Print article
Palladium prices hit a two-year high on Monday but crude oil faltered after making early gains while gold moved lower as the dollar strengthened.
Palladium reached $477 a troy ounce before easing back to $467, down 1.7 per cent.
Palladium prices have risen by a quarter since November as government sponsored car scrappage schemes have supported demand for the metal which is widely used in vehicle catalysts.
Hedge funds have been increasing their bets on palladium prices rising further with the speculative net long position standing at a record high.
The launch of palladium and platinum exchange traded funds in the US has also attracted fresh investor inflows for both metals.
Michael Jansen at JP Morgan said that investments in ETFs "crowded out" the metal available to other buyers.
"We continue to see the combination of a structurally robust market in terms of suplpy and demand factors, coupled with physical ownership (via ETFs) by investors as bullish for prices," said Mr Jansen.
Platinum rose 1 per cent to $1,589 a troy ounce amid concerns that production in South Africa could be affected by power supply problems.
Walter de Wet, commodity strategist at Standard Bank noted reports that South Africa's government might not extend (funding) guarantees to Eskom as the power utility was struggling to raise debt for capital expansion.

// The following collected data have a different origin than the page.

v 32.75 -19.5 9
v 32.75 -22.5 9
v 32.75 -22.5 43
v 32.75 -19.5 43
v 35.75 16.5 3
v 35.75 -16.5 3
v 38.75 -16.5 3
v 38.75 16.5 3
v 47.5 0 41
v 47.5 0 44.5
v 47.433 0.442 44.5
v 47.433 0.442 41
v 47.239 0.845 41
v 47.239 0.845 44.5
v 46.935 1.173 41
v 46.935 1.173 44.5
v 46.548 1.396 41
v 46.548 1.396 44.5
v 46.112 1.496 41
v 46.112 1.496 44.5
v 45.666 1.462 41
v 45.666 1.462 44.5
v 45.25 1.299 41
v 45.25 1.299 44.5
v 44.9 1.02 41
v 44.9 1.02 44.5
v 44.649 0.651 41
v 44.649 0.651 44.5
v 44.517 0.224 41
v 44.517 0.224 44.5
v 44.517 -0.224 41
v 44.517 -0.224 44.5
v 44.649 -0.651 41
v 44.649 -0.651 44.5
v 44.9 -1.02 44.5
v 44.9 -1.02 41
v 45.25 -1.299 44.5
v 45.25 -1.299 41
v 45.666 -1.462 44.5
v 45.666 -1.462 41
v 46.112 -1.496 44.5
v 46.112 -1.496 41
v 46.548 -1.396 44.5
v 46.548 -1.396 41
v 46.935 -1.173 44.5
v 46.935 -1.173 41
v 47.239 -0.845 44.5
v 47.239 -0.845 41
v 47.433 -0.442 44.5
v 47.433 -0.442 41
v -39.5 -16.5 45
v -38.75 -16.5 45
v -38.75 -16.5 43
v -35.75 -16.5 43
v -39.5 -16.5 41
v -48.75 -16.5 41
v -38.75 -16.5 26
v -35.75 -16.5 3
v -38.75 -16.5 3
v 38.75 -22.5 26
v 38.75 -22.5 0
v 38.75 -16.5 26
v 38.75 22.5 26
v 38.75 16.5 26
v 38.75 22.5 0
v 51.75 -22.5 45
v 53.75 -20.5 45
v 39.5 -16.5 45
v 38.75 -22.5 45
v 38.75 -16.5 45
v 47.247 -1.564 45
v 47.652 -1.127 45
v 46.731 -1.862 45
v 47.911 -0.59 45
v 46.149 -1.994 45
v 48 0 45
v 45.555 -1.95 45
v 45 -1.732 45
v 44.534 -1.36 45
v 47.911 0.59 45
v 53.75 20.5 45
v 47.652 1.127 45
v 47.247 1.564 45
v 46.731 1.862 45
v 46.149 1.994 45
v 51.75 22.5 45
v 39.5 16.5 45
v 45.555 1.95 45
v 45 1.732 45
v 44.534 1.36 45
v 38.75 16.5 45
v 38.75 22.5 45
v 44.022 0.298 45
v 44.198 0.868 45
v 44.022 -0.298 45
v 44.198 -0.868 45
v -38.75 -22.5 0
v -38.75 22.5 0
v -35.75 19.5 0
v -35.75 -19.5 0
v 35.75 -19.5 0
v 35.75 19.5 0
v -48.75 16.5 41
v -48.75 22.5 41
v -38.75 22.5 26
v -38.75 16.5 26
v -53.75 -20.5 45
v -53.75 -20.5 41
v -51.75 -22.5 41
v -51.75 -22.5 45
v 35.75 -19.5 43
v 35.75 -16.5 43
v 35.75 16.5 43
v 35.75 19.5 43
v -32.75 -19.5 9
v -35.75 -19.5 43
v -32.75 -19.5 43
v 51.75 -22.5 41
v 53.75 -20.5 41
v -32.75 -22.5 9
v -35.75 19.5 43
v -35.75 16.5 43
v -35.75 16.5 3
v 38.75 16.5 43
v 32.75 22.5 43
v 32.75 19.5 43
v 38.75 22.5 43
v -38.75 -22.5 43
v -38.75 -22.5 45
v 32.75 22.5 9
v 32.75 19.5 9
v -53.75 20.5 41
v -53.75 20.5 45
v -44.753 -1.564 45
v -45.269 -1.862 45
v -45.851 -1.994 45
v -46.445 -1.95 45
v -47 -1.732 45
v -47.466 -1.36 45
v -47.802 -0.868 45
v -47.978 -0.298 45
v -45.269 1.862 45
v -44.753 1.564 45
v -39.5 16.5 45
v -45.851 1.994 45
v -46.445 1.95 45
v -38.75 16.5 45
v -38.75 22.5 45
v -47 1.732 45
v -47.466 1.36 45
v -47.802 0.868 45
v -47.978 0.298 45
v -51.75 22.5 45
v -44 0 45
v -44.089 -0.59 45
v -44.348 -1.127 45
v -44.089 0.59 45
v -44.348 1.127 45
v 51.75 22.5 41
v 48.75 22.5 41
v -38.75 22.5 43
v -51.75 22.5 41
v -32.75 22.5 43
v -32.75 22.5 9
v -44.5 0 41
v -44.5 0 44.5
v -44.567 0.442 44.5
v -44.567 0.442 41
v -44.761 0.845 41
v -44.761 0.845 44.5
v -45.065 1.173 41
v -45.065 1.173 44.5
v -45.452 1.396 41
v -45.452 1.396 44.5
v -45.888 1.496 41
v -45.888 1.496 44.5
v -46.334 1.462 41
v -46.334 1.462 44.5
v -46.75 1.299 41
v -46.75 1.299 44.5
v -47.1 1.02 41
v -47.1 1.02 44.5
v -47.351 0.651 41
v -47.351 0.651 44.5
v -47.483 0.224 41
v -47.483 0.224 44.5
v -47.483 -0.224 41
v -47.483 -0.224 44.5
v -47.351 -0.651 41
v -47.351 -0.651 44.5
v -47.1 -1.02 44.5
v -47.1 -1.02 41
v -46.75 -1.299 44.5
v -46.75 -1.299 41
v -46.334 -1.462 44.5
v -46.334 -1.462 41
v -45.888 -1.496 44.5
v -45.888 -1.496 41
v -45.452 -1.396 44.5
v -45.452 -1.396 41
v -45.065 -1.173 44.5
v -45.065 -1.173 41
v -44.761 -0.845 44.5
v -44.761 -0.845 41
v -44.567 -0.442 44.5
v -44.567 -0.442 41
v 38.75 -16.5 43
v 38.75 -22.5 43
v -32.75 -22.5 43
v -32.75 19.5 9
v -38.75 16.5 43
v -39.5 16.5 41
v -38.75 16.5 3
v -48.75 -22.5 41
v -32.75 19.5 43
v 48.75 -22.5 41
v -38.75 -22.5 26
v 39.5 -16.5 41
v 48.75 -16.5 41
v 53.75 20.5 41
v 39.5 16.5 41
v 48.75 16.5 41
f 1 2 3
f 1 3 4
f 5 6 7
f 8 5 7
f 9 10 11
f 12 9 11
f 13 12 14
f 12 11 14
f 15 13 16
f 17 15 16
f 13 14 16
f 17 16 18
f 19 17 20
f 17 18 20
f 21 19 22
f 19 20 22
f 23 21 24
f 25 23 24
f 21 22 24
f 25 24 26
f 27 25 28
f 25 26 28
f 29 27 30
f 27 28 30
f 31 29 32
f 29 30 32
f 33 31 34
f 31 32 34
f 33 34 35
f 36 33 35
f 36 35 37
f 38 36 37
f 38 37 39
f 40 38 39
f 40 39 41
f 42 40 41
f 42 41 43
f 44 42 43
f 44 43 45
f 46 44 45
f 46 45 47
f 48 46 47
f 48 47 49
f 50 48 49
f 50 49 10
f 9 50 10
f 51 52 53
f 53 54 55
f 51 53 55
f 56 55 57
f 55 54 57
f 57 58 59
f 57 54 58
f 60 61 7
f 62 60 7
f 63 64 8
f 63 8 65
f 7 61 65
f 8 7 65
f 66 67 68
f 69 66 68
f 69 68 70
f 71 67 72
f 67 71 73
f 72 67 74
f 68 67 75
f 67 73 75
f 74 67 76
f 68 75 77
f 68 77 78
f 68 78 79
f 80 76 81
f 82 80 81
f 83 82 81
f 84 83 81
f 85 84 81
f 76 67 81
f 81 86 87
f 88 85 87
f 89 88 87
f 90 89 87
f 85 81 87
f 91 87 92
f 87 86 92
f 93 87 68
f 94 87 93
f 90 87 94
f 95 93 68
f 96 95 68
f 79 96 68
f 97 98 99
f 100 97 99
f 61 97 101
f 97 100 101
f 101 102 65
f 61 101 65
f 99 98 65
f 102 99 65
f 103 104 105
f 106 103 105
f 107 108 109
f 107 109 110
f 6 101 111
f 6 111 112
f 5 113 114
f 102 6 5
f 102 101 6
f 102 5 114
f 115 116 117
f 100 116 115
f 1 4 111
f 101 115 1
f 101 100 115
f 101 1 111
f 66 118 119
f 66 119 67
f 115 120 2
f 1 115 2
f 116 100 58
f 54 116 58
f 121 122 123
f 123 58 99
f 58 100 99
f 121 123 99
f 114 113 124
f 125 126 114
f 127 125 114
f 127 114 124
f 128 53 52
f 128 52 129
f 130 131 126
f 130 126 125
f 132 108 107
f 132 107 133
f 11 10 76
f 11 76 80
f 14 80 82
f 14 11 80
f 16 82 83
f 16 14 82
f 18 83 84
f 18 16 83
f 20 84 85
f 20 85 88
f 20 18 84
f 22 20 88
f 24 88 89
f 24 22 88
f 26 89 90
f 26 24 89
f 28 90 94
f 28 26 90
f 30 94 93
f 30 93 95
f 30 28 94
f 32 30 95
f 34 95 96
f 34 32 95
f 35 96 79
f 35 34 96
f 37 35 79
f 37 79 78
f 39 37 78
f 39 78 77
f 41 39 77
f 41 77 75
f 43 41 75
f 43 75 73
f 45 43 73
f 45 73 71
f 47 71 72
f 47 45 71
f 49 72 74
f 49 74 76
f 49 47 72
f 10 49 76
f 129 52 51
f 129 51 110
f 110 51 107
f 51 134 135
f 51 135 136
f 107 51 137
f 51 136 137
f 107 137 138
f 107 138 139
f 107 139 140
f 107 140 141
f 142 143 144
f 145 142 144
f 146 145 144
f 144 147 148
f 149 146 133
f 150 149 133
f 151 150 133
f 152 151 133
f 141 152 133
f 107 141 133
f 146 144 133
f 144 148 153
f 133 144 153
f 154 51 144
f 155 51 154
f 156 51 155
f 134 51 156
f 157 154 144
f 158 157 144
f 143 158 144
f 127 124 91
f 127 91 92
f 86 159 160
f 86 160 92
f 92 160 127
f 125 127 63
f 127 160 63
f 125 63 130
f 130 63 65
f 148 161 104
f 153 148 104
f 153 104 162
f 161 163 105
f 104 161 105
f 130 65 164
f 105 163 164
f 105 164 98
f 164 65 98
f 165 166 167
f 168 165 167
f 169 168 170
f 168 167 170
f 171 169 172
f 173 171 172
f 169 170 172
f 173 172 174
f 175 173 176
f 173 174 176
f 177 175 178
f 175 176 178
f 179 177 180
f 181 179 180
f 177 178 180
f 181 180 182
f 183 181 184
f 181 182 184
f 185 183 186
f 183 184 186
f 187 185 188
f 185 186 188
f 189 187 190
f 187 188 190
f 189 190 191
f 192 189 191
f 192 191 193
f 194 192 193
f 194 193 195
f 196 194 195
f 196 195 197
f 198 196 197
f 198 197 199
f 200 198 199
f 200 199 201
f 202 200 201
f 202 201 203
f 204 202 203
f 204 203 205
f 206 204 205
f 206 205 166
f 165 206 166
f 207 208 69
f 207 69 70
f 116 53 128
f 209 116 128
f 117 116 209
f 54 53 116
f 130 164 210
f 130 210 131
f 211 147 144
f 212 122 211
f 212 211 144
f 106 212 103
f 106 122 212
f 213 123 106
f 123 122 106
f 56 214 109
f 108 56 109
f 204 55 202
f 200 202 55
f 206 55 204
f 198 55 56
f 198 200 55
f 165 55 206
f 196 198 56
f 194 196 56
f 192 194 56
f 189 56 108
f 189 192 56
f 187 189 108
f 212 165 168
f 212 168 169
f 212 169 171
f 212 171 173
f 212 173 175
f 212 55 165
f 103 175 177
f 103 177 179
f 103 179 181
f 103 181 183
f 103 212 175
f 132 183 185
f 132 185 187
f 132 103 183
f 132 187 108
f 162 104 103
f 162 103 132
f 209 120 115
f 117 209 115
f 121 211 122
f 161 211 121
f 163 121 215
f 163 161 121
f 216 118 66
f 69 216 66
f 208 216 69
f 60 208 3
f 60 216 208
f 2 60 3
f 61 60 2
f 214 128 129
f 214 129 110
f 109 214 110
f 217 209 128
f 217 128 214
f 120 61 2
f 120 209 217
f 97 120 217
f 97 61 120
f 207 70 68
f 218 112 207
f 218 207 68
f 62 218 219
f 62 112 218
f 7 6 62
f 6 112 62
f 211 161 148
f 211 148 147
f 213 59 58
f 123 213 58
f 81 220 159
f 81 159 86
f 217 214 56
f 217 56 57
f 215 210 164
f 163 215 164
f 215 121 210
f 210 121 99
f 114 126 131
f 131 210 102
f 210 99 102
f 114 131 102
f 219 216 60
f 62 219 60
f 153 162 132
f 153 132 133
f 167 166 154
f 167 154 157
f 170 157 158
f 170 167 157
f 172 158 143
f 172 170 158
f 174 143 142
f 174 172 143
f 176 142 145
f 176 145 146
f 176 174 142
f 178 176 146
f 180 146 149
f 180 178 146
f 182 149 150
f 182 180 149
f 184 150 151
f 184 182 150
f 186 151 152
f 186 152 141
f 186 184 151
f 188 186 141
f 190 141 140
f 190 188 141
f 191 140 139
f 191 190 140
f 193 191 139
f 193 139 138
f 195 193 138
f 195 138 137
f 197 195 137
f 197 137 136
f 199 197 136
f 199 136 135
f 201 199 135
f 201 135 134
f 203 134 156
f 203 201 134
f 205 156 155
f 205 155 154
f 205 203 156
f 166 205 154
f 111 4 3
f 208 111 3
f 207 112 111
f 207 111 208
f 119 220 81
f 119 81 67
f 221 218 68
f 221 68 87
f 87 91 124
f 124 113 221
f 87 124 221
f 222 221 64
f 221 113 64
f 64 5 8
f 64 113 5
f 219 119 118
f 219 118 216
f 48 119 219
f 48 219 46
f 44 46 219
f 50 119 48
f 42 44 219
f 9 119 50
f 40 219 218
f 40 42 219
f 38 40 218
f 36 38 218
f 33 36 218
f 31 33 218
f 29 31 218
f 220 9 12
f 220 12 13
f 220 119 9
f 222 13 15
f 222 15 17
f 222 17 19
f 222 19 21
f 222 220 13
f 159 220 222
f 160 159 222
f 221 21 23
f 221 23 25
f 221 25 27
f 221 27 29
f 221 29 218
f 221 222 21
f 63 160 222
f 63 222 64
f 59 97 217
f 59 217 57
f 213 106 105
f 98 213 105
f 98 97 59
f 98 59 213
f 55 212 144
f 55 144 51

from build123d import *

# Parameters (mm, degrees)
SKETCH_1_W             = 77.5
SKETCH_1_H             = 45
SKETCH_1_W_2           = 71.5
SKETCH_1_H_2           = 39
EXTRUDE_1_DEPTH        = 3
SKETCH_2_W             = 3
SKETCH_2_H             = 3
EXTRUDE_2_DEPTH        = 40
SKETCH_3_W             = 3
SKETCH_3_H             = 3
EXTRUDE_3_DEPTH        = 40
EXTRUDE_4_DEPTH        = 2
EXTRUDE_4_DEPTH_BACK   = 2
EXTRUDE_4_2_DEPTH      = 2
EXTRUDE_4_2_DEPTH_BACK = 2
SKETCH_5_W             = 65.5
SKETCH_5_H             = 6
EXTRUDE_5_DEPTH        = 3
SKETCH_6_W             = 65.5
SKETCH_6_H             = 6
EXTRUDE_6_DEPTH        = 3
SKETCH_7_R             = 1.5
CUT_EXTRUDE_1_DEPTH    = 5
CHAMFER_1_SIZE         = 0.5
CHAMFER_2_SIZE         = 0.5
CHAMFER_3_SIZE         = 2
CHAMFER_4_SIZE         = 2
EXTRUDE_7_DEPTH        = 6
MIRROR_2_COPY_1_DEPTH  = 6
MIRROR_2_COPY_2_DEPTH  = 6


with BuildPart() as part:
    # 草图1 → 凸台-拉伸1 (new body)
    with BuildSketch(Plane.XY):
        Rectangle(SKETCH_1_W, SKETCH_1_H)
        Rectangle(SKETCH_1_W_2, SKETCH_1_H_2, mode=Mode.SUBTRACT)
    extrude(amount=EXTRUDE_1_DEPTH)

    # 草图2 → 凸台-拉伸2 (add)
    with BuildSketch(Plane.XY.offset(3)):
        with Locations((37.25, 21)):
            Rectangle(SKETCH_2_W, SKETCH_2_H)
        with Locations((-37.25, 21)):
            Rectangle(SKETCH_2_W, SKETCH_2_H)
        with Locations((-37.25, -21)):
            Rectangle(SKETCH_2_W, SKETCH_2_H)
        with Locations((37.25, -21)):
            Rectangle(SKETCH_2_W, SKETCH_2_H)
    extrude(amount=EXTRUDE_2_DEPTH)

    # 草图3 → 凸台-拉伸3 (add)
    with BuildSketch(Plane.XY.offset(3)):
        with Locations((34.25, -21)):
            Rectangle(SKETCH_3_W, SKETCH_3_H)
        with Locations((37.25, 18)):
            Rectangle(SKETCH_3_W, SKETCH_3_H)
        with Locations((34.25, 21)):
            Rectangle(SKETCH_3_W, SKETCH_3_H)
        with Locations((37.25, -18)):
            Rectangle(SKETCH_3_W, SKETCH_3_H)
        with Locations((-34.25, 21)):
            Rectangle(SKETCH_3_W, SKETCH_3_H)
        with Locations((-37.25, 18)):
            Rectangle(SKETCH_3_W, SKETCH_3_H)
        with Locations((-37.25, -18)):
            Rectangle(SKETCH_3_W, SKETCH_3_H)
        with Locations((-34.25, -21)):
            Rectangle(SKETCH_3_W, SKETCH_3_H)
    extrude(amount=EXTRUDE_3_DEPTH)

    # 草图5 → 凸台-拉伸5 (add)
    with BuildSketch(Plane(origin=(0, 22.5, 0), x_dir=(1, 0, 0), z_dir=(0, 1, 0))):
        with Locations((0, -6)):
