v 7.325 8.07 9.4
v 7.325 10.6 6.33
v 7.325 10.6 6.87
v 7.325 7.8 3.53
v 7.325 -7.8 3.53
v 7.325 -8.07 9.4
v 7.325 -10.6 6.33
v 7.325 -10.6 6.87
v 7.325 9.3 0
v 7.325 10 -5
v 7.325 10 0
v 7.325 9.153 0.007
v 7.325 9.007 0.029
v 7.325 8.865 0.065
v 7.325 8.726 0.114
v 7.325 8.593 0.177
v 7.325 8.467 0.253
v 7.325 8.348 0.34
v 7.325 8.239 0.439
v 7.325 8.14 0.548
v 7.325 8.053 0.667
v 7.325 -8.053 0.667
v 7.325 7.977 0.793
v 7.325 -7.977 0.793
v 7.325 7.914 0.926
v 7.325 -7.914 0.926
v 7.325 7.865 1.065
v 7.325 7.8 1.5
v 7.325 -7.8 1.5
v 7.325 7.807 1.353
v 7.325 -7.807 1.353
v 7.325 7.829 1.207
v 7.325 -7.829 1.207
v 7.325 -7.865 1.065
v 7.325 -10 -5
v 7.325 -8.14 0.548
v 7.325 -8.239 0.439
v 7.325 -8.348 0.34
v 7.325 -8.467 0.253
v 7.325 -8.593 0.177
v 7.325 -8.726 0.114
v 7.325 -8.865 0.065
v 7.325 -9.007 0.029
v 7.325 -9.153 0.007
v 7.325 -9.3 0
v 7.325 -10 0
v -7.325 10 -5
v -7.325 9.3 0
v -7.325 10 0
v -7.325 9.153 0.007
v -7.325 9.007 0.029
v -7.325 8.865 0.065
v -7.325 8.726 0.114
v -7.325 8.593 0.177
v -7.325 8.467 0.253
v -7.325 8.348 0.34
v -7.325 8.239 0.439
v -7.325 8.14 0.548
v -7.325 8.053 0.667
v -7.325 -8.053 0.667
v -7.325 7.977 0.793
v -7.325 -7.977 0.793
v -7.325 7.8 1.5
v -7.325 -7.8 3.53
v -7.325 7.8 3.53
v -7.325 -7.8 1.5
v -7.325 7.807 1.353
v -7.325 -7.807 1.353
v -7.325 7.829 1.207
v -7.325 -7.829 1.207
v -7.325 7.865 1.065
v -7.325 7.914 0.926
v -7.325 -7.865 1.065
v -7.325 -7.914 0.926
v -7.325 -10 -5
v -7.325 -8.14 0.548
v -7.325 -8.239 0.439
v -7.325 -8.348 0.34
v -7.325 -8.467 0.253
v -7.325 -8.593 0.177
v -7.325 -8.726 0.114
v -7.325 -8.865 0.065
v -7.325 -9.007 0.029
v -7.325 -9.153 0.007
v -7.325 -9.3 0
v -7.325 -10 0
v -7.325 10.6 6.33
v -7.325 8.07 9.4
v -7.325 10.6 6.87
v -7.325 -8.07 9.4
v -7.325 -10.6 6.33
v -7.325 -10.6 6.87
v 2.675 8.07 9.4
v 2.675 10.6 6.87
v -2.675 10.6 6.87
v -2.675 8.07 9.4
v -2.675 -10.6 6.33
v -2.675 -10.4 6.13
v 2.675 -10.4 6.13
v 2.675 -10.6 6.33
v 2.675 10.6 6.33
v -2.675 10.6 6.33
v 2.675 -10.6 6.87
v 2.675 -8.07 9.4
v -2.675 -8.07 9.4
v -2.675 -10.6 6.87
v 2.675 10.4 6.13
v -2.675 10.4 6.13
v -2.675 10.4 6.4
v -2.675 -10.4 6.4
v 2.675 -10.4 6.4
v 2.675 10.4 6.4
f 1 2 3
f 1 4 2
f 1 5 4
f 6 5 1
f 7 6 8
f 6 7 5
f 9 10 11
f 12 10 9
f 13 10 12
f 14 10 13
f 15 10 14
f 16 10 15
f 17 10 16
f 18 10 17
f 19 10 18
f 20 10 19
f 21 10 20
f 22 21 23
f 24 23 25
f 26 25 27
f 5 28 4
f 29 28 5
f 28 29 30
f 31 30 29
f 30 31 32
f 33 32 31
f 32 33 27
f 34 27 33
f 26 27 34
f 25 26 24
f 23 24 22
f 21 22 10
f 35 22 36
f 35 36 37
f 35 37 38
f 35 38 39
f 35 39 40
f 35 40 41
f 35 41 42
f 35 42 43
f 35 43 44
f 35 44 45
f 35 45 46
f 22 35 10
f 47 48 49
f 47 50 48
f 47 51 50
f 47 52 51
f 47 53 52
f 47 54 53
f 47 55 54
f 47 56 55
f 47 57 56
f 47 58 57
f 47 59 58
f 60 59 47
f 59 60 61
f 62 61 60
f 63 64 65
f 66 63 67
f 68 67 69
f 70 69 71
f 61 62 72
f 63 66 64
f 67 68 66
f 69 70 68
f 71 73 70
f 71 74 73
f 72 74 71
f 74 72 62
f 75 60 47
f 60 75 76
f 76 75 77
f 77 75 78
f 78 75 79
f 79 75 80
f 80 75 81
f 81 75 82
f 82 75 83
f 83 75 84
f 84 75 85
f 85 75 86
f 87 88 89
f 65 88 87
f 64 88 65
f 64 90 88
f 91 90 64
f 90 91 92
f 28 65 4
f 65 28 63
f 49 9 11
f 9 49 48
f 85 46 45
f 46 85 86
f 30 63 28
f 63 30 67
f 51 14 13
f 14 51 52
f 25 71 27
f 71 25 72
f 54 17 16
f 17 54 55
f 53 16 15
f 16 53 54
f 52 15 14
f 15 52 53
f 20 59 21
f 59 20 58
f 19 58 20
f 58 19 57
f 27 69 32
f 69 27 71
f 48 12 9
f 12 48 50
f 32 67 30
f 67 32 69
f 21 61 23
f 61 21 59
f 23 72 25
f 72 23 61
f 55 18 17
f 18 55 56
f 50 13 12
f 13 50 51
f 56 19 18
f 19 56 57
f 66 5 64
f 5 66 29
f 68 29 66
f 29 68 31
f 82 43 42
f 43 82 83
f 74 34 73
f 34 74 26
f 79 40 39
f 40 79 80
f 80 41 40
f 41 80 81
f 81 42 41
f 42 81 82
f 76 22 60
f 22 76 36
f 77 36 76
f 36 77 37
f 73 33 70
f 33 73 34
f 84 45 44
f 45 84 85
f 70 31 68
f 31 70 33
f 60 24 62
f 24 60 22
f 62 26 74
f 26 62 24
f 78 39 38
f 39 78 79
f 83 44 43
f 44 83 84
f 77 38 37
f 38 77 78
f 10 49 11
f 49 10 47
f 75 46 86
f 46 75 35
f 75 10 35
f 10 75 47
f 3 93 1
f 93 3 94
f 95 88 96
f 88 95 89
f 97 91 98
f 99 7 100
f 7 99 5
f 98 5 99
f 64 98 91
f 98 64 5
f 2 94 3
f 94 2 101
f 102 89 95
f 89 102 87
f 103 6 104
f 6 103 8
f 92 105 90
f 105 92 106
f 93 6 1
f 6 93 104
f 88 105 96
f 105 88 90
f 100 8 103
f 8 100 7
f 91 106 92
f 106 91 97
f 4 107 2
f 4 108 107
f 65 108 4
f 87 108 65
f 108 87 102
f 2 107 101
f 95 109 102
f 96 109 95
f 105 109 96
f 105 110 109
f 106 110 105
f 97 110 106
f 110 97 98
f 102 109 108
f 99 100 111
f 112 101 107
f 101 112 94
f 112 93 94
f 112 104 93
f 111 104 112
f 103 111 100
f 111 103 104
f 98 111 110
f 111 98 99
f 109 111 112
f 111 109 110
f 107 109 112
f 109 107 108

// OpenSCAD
nato_rail (1, true);


    module nato_rail (n, has_base)
    {
        ws = 5.35;

        h0 = 5;
        h1 = 3.53;
        h2 = 5.87;
        h3 = 3;

        w0 = 20;
        w1 = 15.6;
        
        l = 10 * (n + 1) - ws;
        
        translate ([0, 0, - h0])
        rotate ([90, 0, 90])
        translate ([0, 0, -l/2])
        rail(h0, h1, l, w0, w1);
        
        
        module rail(h0, h1, l, w0, w1)
        {
            difference ()
            {
                union ()
                {
                    railbase(h0, h1, l, w0, w1, has_base);
                    translate ([0, h0 + h1, 0])
                    railprism (l);
                };
                union ()
                {
                    for (i = [1:1:n]) {
                        translate ([0, h0 + h1, 10 * i - ws])
                        railslot(ws);
                    }
                };
            };
        };

        module railbase (h0, h1, l, w0, w1, has_base)
        {
            if (has_base) {
                translate ([0, h0 / 2, l/2])
                cube ([w0, h0, l], center = true);
                mirror([1,0,0])
                basefillet (h0, l, w1);
                basefillet (h0, l, w1);
            }
            translate ([0, h0 + h1 / 2, l/2])
            cube ([w1, h1, l], center = true);
        }
        
        module basefillet (h0, l, w1)
        {
        difference() {
                translate ([w1 / 2, h0, 0])
                cube ([1.5, 1.5, l]);
                translate ([w1 / 2 + 1.5, h0 + 1.5, l / 2])
                cylinder (l+1, 1.5, 1.5, $fn=64, center = true);
            }
        }
        
        module railprism (l)
        {
            linear_extrude (height = l, convexity = 10)
            polygon (points = [[7.8, 0], [10.6, 2.8], [10.6, 3.34], [8.07, 5.87], [-8.07, 5.87], [-10.6, 3.34], [-10.6, 2.8], [-7.8, 0]], convexity = 10);
        }
        
        module railslot (l)
        {
            linear_extrude (height = l, convexity = 10)
            polygon (points = [[11, 6], [11, 2.65], [10.4, 2.6], [10.4, 2.87], [-10.4, 2.87], [-10.4, 2.6], [-11, 2.65], [-11, 6]], convexity = 10);
        }
        
    }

This would add to the list of issues that provides support for platinum and palladium prices," said Mr de Wet.
Standard Bank also noted that the South African rand had strengthened almost 6 per cent over the past two weeks.
"When the rand strengthens, South African producers require a higher platinum and palladium prices (in dollar terms) to cover their (predominantly rand) costs," said mr de Wet.
Crude oil prices fell with Nymex April West Texas Intermediate down 50 cents to $81.00 a barrel while ICE April Brent lost 9 cents at $79.80.
Traders said that oil prices could gather further support from concerns about civil unrest in Nigeria where hundreds have been killed in clashes between Muslims and Christians.
Security forces have been put on high alert to prevent reprisal attacks and violence spreading.
News on Friday of a groundbreaking deal for a 55 per cent increase in coking coal prices, a key input in steelmaking, agreed between BHP Billiton, the world's largest miner, and JFE Steel of Japan, was seen as an important signal for commodity markets.
The deal marked the first time that coking coal contracts had been agreed on a quarterly rather than annual basis.
John Meyer, analyst at Fairfax, said that if steelmakers were able to absorb and to pass on the increase in coking coal prices, followed by a potential 60 to 80 per cent rise in iron ore costs, then other commodities could also be expected to see demand increasing.
Sentiment towards commodities was also supported by hopes for restocking in China after the Chinese government last week said it would boost spending to increase reserves of grains, edible oils, base metals and other important raw materials.
Base metals ended mixed with copper down 0.2 per cent at $7,514 a tonne while aluminium gained 0.4 per cent to $2,232.75 a tonne.
China will report February trade figures on Wednesday amid expectations that imports were affected by the new year holidays, during which a great deal of economic activities came to a halt.
"During the first half of 2009, China took advantage of the favourable price levels and imported metals on a scale that far exceeded its own needs. As a result, metal inventories swelled significantly." said Eugen Weinberg, commodity strategist at Commerzbank.
However, Commerzbank expects the pace of China's imports to slow considerably this year.
"Consequently, an important supportive pillar for (base) metal prices will diminish," said Mr Weinberg.
Gold slipped 0.7 per cent to $1,124 a troy ounce after ending Friday's session in New York at $1,131.65.